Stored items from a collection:
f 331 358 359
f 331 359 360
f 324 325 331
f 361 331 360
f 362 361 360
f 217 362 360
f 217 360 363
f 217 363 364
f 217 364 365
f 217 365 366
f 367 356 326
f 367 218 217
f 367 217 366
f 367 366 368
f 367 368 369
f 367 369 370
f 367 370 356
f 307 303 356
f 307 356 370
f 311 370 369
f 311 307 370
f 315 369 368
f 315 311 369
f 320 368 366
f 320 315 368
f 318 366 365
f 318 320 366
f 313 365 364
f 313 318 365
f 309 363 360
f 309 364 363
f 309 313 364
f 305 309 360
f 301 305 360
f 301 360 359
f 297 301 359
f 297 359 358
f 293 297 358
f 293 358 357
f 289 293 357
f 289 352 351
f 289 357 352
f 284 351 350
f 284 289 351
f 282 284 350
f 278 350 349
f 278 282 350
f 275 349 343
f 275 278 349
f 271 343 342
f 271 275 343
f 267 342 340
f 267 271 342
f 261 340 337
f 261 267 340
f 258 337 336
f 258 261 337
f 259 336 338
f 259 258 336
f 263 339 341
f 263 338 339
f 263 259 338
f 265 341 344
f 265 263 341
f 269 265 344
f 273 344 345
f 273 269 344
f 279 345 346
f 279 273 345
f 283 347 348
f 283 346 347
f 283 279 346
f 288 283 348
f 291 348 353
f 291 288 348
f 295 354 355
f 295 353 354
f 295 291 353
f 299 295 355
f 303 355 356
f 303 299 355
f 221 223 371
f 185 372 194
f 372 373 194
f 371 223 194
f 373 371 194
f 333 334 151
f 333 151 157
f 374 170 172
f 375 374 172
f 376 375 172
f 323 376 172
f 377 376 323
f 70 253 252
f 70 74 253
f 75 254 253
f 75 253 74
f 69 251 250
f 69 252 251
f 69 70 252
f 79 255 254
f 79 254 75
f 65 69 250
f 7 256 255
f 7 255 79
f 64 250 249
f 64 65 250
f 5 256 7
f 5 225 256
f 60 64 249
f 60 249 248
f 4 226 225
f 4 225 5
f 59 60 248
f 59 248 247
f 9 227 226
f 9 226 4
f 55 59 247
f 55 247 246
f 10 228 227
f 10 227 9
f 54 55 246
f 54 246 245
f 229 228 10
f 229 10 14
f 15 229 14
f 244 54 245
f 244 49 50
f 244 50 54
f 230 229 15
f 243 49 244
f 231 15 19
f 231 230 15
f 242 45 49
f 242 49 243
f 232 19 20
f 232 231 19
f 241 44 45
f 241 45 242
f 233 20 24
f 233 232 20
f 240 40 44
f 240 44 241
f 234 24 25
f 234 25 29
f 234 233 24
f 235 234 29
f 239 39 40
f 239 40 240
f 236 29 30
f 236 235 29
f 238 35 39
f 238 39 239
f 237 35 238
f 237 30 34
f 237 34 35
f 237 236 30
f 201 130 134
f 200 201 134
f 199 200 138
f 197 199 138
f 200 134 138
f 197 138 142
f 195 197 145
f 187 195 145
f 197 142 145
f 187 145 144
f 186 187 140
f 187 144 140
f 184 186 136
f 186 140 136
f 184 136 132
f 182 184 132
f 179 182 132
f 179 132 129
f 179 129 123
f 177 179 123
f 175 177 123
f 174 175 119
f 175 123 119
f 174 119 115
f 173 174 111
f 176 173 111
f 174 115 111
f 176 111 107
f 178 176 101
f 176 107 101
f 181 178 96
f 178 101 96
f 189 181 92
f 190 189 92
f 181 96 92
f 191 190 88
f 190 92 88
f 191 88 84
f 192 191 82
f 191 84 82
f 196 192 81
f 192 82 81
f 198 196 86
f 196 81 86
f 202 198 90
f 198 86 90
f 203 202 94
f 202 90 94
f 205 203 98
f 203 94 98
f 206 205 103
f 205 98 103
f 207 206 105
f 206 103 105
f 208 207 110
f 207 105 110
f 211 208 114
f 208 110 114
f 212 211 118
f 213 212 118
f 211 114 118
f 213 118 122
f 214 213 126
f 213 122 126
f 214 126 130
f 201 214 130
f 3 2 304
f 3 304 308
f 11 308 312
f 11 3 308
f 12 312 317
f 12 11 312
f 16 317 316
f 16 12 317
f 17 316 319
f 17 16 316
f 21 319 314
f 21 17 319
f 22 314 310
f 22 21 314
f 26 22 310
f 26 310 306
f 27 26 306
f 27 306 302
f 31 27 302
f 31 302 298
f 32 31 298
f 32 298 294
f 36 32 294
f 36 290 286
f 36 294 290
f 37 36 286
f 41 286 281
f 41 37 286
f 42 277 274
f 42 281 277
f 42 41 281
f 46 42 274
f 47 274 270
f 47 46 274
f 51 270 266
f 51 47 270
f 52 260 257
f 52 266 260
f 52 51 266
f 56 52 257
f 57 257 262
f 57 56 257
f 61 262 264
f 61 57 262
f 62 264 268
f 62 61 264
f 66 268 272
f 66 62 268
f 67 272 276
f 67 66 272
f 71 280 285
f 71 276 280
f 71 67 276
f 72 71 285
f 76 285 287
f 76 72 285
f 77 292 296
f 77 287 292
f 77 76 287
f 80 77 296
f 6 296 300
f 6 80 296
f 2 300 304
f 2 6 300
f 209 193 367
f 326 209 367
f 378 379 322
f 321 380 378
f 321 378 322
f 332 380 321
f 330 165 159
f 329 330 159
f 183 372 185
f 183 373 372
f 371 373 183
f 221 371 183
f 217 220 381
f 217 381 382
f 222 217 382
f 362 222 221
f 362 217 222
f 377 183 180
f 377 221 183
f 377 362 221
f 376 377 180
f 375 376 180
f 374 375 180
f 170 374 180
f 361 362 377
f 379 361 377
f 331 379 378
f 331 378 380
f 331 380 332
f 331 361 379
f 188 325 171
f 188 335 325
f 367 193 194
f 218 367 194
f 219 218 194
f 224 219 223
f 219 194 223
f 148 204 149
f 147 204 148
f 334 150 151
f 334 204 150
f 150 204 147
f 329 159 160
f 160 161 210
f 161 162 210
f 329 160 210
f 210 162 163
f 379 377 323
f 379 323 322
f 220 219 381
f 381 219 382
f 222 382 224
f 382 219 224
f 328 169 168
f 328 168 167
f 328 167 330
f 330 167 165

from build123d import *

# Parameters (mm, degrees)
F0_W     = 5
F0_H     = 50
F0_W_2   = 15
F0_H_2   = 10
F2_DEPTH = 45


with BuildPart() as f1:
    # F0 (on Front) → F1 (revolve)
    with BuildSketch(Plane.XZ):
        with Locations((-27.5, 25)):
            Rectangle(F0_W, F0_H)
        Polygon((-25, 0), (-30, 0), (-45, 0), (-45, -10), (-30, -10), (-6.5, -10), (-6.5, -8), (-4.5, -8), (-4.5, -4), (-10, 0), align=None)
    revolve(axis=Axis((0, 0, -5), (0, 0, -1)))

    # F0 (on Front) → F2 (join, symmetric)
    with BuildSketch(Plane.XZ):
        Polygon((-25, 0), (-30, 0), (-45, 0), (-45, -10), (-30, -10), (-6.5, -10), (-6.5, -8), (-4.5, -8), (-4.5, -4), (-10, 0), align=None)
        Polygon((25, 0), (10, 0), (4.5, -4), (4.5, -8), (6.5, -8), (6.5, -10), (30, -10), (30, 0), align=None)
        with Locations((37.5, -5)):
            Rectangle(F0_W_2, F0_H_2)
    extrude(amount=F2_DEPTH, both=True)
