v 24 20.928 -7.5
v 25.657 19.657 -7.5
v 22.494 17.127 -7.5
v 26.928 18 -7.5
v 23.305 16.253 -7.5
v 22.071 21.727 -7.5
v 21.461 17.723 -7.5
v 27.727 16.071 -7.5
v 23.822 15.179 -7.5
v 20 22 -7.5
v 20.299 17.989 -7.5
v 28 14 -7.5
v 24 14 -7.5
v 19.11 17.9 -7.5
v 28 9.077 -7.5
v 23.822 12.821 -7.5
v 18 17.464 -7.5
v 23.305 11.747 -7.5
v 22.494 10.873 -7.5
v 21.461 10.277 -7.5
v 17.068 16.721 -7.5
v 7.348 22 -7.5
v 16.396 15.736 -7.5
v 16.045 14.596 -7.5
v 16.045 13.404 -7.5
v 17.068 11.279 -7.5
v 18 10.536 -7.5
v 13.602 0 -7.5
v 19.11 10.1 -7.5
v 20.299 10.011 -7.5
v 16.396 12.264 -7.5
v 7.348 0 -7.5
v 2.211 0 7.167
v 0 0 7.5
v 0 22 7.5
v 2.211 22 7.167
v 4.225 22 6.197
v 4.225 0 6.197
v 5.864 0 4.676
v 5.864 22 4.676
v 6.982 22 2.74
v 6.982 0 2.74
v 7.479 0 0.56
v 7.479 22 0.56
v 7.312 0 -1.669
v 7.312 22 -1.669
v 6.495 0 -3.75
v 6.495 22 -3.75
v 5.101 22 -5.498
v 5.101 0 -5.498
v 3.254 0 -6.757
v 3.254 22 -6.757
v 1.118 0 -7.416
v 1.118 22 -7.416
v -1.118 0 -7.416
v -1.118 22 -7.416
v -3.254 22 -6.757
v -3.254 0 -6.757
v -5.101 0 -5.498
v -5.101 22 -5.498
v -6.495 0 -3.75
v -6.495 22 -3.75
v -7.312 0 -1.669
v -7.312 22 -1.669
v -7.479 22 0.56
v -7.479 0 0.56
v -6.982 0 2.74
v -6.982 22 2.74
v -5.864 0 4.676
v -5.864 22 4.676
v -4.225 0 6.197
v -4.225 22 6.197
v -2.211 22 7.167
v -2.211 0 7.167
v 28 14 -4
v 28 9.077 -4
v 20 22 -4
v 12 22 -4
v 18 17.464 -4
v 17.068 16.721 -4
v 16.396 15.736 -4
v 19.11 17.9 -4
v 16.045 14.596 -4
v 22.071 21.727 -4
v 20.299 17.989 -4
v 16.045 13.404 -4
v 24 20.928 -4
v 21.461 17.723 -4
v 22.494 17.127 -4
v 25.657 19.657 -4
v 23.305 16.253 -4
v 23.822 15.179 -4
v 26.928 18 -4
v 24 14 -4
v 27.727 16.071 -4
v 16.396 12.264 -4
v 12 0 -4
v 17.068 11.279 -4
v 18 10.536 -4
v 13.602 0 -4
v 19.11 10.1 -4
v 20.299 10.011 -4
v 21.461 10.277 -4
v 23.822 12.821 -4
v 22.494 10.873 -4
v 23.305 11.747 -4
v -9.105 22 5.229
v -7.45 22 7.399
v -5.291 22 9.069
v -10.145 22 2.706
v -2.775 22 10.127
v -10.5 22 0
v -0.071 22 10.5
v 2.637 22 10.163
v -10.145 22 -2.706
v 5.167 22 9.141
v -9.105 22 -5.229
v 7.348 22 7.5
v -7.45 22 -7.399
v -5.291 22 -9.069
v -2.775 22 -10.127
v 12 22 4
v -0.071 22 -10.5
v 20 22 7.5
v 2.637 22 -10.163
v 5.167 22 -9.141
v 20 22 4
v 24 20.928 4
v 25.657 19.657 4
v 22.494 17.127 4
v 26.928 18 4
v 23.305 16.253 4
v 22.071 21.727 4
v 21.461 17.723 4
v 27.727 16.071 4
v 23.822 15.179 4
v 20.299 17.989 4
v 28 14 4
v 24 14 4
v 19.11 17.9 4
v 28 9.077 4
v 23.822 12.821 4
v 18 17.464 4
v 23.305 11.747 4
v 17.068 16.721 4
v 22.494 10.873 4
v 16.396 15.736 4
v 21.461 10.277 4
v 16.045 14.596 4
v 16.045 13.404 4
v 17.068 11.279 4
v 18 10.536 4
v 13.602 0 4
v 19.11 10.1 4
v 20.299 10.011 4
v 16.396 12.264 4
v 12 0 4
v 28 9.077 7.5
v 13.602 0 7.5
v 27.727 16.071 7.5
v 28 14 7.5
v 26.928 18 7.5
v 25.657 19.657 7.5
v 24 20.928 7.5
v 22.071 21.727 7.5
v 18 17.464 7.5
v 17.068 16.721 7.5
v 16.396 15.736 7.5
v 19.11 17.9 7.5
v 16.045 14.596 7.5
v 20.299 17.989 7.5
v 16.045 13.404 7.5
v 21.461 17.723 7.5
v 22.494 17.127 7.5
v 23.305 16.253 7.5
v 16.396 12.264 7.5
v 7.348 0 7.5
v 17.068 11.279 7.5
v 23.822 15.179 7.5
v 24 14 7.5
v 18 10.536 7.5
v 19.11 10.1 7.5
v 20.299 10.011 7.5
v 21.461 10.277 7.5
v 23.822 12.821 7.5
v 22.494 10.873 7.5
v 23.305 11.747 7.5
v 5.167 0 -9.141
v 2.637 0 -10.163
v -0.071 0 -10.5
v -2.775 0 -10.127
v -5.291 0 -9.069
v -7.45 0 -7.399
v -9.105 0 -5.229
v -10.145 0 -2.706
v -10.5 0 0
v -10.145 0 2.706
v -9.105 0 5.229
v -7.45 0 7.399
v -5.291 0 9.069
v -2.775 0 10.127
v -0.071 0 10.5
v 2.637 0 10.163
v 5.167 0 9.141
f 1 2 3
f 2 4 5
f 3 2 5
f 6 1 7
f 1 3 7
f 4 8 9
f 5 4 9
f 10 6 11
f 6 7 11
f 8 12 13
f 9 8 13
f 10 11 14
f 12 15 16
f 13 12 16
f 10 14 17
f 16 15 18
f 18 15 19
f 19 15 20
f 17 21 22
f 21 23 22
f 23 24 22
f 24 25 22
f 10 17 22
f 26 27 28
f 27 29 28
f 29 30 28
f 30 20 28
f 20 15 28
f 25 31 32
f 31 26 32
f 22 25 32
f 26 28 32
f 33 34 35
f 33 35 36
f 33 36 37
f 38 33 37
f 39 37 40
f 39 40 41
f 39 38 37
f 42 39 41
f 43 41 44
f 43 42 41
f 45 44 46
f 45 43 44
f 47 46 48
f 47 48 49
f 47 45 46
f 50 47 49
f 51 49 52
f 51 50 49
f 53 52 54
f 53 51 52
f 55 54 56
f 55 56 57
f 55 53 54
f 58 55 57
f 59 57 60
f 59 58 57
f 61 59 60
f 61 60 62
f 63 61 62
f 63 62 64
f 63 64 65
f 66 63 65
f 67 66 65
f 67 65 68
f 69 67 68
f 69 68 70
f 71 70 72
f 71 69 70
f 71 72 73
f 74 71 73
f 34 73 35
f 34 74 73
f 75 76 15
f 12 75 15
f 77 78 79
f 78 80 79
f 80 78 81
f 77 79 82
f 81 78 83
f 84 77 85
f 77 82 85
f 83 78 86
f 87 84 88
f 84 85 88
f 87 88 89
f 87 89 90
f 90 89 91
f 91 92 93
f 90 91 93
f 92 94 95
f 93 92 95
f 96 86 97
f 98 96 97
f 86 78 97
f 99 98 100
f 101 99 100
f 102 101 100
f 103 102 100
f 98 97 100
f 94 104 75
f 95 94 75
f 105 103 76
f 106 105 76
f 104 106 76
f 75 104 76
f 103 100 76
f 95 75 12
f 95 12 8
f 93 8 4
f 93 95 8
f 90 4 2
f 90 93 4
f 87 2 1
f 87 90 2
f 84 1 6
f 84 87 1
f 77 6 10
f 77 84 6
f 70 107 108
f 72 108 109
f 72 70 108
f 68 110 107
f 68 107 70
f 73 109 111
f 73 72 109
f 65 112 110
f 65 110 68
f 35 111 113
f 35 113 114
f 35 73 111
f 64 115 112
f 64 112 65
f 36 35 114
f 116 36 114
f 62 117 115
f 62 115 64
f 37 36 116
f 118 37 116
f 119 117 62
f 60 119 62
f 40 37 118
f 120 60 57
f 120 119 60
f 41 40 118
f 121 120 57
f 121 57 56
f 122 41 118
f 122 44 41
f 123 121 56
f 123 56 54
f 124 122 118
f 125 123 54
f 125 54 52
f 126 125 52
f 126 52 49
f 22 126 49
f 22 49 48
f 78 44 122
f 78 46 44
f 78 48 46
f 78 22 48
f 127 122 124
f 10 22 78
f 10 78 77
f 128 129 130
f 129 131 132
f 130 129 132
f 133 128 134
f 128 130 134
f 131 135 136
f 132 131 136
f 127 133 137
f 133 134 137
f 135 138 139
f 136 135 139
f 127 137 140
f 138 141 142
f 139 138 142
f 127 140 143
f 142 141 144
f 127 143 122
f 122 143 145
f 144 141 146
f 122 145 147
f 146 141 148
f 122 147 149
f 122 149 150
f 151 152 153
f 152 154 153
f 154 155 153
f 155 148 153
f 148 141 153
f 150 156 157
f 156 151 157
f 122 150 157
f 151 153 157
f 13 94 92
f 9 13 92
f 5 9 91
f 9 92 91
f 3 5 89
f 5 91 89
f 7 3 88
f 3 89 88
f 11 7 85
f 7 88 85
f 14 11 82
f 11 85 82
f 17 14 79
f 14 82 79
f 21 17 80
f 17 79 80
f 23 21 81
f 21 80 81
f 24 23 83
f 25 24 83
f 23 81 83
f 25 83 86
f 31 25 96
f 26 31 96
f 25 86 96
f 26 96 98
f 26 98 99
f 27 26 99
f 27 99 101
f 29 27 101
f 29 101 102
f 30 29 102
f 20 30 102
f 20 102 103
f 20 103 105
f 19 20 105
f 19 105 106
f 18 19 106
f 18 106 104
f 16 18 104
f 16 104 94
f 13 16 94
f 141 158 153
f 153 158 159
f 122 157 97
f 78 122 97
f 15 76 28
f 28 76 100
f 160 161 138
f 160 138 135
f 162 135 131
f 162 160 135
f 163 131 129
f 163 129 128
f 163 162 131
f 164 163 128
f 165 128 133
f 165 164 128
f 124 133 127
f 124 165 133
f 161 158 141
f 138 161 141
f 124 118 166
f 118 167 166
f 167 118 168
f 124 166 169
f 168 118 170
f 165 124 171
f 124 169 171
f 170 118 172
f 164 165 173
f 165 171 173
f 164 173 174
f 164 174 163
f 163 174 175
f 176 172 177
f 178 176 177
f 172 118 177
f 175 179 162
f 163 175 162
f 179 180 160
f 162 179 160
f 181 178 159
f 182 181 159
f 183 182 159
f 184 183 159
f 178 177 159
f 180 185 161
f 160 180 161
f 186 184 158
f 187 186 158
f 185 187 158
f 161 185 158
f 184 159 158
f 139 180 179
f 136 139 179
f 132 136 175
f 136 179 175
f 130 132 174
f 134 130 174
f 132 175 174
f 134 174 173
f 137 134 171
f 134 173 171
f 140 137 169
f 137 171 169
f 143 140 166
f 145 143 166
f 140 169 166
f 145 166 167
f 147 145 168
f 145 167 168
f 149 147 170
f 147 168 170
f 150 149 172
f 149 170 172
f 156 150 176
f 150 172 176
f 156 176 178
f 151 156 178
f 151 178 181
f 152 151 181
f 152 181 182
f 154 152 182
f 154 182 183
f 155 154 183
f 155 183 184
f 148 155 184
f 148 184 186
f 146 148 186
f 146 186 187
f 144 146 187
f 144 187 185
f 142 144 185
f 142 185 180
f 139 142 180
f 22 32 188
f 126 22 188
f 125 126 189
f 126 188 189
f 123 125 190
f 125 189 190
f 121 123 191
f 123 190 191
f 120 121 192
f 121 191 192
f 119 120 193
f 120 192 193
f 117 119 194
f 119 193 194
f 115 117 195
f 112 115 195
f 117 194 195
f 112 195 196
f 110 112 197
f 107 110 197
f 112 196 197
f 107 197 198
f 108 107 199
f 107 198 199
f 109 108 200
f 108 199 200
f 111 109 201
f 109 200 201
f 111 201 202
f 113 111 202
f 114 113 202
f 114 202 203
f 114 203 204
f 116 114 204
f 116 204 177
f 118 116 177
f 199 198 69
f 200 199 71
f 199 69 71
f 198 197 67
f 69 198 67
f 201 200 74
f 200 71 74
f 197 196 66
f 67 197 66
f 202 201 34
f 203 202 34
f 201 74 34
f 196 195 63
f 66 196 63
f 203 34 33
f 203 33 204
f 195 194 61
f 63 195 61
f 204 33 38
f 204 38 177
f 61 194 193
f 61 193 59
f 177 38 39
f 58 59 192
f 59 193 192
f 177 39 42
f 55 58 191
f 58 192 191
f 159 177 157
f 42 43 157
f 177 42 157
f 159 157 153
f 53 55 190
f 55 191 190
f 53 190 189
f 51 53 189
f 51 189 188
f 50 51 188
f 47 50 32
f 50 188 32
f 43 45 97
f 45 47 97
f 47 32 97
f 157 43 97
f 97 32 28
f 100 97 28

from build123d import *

# Parameters (mm, degrees)
SKETCH1_R           = 7.5
BOSS_EXTRUDE1_DEPTH = 22
CUT_EXTRUDE1_REACH  = 41.9
SKETCH2_R           = 4


with BuildPart() as part:
    # Sketch1 → Boss-Extrude1 (new body)
    with BuildSketch(Plane(origin=(0, 0, 0), x_dir=(1, 0, 0), z_dir=(0, 1, 0))):
        with BuildLine():
            Line((28, 7.5), (7.348469228, 7.5))
            ThreePointArc((7.348469228, 7.5), (-10.5, 0), (7.348469228, -7.5))
            Line((7.348469228, -7.5), (28, -7.5))
            Line((28, -7.5), (28, -4))
            Line((28, -4), (12, -4))
            Line((12, -4), (12, 4))
            Line((12, 4), (28, 4))
            Line((28, 4), (28, 7.5))
        make_face()
        with Locations(Location((0, 0, 0), (0, 0, 270))):
            Circle(SKETCH1_R, mode=Mode.SUBTRACT)
    extrude(amount=BOSS_EXTRUDE1_DEPTH)

    # Cut-Extrude1: up to this face of the body (flat: up to its plane)
    cut_extrude1_end = Plane(part.part.faces().sort_by_distance((17.674234614, 11, -7.5))[0])
    # Sketch2 → Cut-Extrude1 (cut, up to the picked face)
    with BuildSketch(Plane.XY.offset(7.5), mode=Mode.PRIVATE) as cut_extrude1_sk1:
        with Locations((20, 14)):
            Circle(SKETCH2_R)
    cut_extrude1_tool1 = split(extrude(cut_extrude1_sk1.sketch, amount=-CUT_EXTRUDE1_REACH, mode=Mode.PRIVATE), bisect_by=cut_extrude1_end, keep=Keep.BOTH, mode=Mode.PRIVATE)
    # Sketch2 → Cut-Extrude1 (cut, up to the picked face)
    with BuildSketch(Plane.XY.offset(7.5), mode=Mode.PRIVATE) as cut_extrude1_sk2:
        Polygon((28, 9.077491087), (13.602007738, 0), (28, 0), align=None)
    cut_extrude1_tool2 = split(extrude(cut_extrude1_sk2.sketch, amount=-CUT_EXTRUDE1_REACH, mode=Mode.PRIVATE), bisect_by=cut_extrude1_end, keep=Keep.BOTH, mode=Mode.PRIVATE)
    # Sketch2 → Cut-Extrude1 (cut, up to the picked face)
    with BuildSketch(Plane.XY.offset(7.5), mode=Mode.PRIVATE) as cut_extrude1_sk3:
        with BuildLine():
            Line((20, 22), (20, 25.764527095))
            Line((20, 25.764527095), (29.423240249, 25.764527095))
            Line((29.423240249, 25.764527095), (29.423240249, 14))
            Line((29.423240249, 14), (28, 14))
            ThreePointArc((28, 14), (25.656854249, 19.656854249), (20, 22))
        make_face()
    cut_extrude1_tool3 = split(extrude(cut_extrude1_sk3.sketch, amount=-CUT_EXTRUDE1_REACH, mode=Mode.PRIVATE), bisect_by=cut_extrude1_end, keep=Keep.BOTH, mode=Mode.PRIVATE)
    add(cut_extrude1_tool1.solids().sort_by(Axis((20, 14, 7.5), (0, 0, -1)))[0], mode=Mode.SUBTRACT)
    add(cut_extrude1_tool2.solids().sort_by(Axis((23.200669, 3.02583, 7.5), (0, 0, -1)))[0], mode=Mode.SUBTRACT)
    add(cut_extrude1_tool3.solids().sort_by(Axis((25.803554, 21.945292, 7.5), (0, 0, -1)))[0], mode=Mode.SUBTRACT)


solid = part.part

▸ Work to complete
From the first line of the entries above to the line with "f 279 345 346", please return every line exactly, keeping both ends.

▸ Response area
f 331 358 359
f 331 359 360
f 324 325 331
f 361 331 360
f 362 361 360
f 217 362 360
f 217 360 363
f 217 363 364
f 217 364 365
f 217 365 366
f 367 356 326
f 367 218 217
f 367 217 366
f 367 366 368
f 367 368 369
f 367 369 370
f 367 370 356
f 307 303 356
f 307 356 370
f 311 370 369
f 311 307 370
f 315 369 368
f 315 311 369
f 320 368 366
f 320 315 368
f 318 366 365
f 318 320 366
f 313 365 364
f 313 318 365
f 309 363 360
f 309 364 363
f 309 313 364
f 305 309 360
f 301 305 360
f 301 360 359
f 297 301 359
f 297 359 358
f 293 297 358
f 293 358 357
f 289 293 357
f 289 352 351
f 289 357 352
f 284 351 350
f 284 289 351
f 282 284 350
f 278 350 349
f 278 282 350
f 275 349 343
f 275 278 349
f 271 343 342
f 271 275 343
f 267 342 340
f 267 271 342
f 261 340 337
f 261 267 340
f 258 337 336
f 258 261 337
f 259 336 338
f 259 258 336
f 263 339 341
f 263 338 339
f 263 259 338
f 265 341 344
f 265 263 341
f 269 265 344
f 273 344 345
f 273 269 344
f 279 345 346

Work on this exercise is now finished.